When speaking of the resurrection, we Christians often try to muster some quality, written, historical evidence, to advance ‘The Case For Christ‘. This is sometimes called ‘Apologetics’.

We also point to the radical change of heart and hope and new boldness, shown forth by the once fearful, and denying disciples.

We point to the details of the many ancient prophecies, (David, Moses, Isaiah and others), that are seemingly, arguably fulfilled by Jesus life, death and resurrection.

We point to the baptising preaching activity of John the baptist, before he was murdered, and his pointing to Jesus. We point to the witness of Stephen before he was murdered. We point to the many people in history—who would rather die than deny Jesus—before they were murdered.
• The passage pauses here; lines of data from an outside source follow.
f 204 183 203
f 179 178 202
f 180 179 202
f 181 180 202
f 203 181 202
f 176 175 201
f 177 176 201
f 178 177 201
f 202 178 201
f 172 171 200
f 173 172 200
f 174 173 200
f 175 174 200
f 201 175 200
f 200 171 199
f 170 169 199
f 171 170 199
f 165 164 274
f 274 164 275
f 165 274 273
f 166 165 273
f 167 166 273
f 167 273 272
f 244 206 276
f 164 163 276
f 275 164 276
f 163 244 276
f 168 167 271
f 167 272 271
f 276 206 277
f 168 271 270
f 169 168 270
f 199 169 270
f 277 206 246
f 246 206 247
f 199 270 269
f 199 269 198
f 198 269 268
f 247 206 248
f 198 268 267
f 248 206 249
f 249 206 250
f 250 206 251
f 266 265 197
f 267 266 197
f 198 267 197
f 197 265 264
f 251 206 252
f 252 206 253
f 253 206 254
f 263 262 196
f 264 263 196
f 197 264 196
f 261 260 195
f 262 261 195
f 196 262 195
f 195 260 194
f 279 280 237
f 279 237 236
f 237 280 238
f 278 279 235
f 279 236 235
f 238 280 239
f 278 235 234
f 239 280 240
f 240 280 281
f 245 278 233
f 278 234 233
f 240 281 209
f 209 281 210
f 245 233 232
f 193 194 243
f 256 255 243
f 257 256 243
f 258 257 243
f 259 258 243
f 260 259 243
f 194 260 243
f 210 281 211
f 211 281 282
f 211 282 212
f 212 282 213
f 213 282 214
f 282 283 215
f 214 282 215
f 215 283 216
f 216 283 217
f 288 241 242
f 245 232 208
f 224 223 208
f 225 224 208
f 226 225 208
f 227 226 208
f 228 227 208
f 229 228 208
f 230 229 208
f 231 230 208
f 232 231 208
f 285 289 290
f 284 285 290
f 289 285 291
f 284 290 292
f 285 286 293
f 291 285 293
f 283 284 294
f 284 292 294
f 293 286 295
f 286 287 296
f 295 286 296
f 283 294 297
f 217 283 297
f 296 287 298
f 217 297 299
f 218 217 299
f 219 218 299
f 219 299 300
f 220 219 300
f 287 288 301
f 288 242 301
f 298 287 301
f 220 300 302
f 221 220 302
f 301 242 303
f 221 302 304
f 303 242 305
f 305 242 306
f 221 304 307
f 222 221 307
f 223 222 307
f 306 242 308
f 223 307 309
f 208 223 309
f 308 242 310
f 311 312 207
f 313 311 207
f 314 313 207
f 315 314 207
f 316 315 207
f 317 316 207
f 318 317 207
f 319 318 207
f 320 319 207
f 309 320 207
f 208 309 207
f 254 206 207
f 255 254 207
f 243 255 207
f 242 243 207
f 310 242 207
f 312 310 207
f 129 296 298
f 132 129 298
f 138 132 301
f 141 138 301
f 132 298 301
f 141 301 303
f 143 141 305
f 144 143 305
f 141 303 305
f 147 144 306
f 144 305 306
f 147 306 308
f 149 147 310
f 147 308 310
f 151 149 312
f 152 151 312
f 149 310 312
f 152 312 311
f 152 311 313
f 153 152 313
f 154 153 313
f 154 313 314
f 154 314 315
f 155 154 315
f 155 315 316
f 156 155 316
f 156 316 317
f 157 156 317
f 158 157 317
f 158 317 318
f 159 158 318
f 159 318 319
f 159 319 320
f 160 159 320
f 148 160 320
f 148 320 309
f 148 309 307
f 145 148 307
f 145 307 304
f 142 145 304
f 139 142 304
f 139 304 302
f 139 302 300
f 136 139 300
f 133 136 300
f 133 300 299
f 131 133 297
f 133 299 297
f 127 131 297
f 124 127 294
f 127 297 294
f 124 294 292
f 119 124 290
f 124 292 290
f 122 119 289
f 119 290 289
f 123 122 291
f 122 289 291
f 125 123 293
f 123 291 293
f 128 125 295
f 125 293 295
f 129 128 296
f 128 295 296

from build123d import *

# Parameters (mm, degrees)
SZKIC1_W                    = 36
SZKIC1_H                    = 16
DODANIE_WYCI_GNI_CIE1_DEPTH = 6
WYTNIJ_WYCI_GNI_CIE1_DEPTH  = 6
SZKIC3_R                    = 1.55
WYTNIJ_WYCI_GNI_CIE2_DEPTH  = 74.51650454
We point to the unusual conversion of a famous Pharisee, Paul (Saul), who was so hostile to the message about Jesus, before he so suddenly became a Christian. We point to the large number of people who actually touched, heard, saw and witnessed the Risen Jesus alive after his crucifixion. There were at least 10 occasions, recorded in the Bible.

We point to the historical reliability of the New Testament itself.

We point to the stunning record that over 500 people saw Jesus alive, after his death, at one time in Galilee.

Then he appeared to more than five hundred brothers and sisters at one time, most of whom are still alive, though some have died (1Corinthians 15:6).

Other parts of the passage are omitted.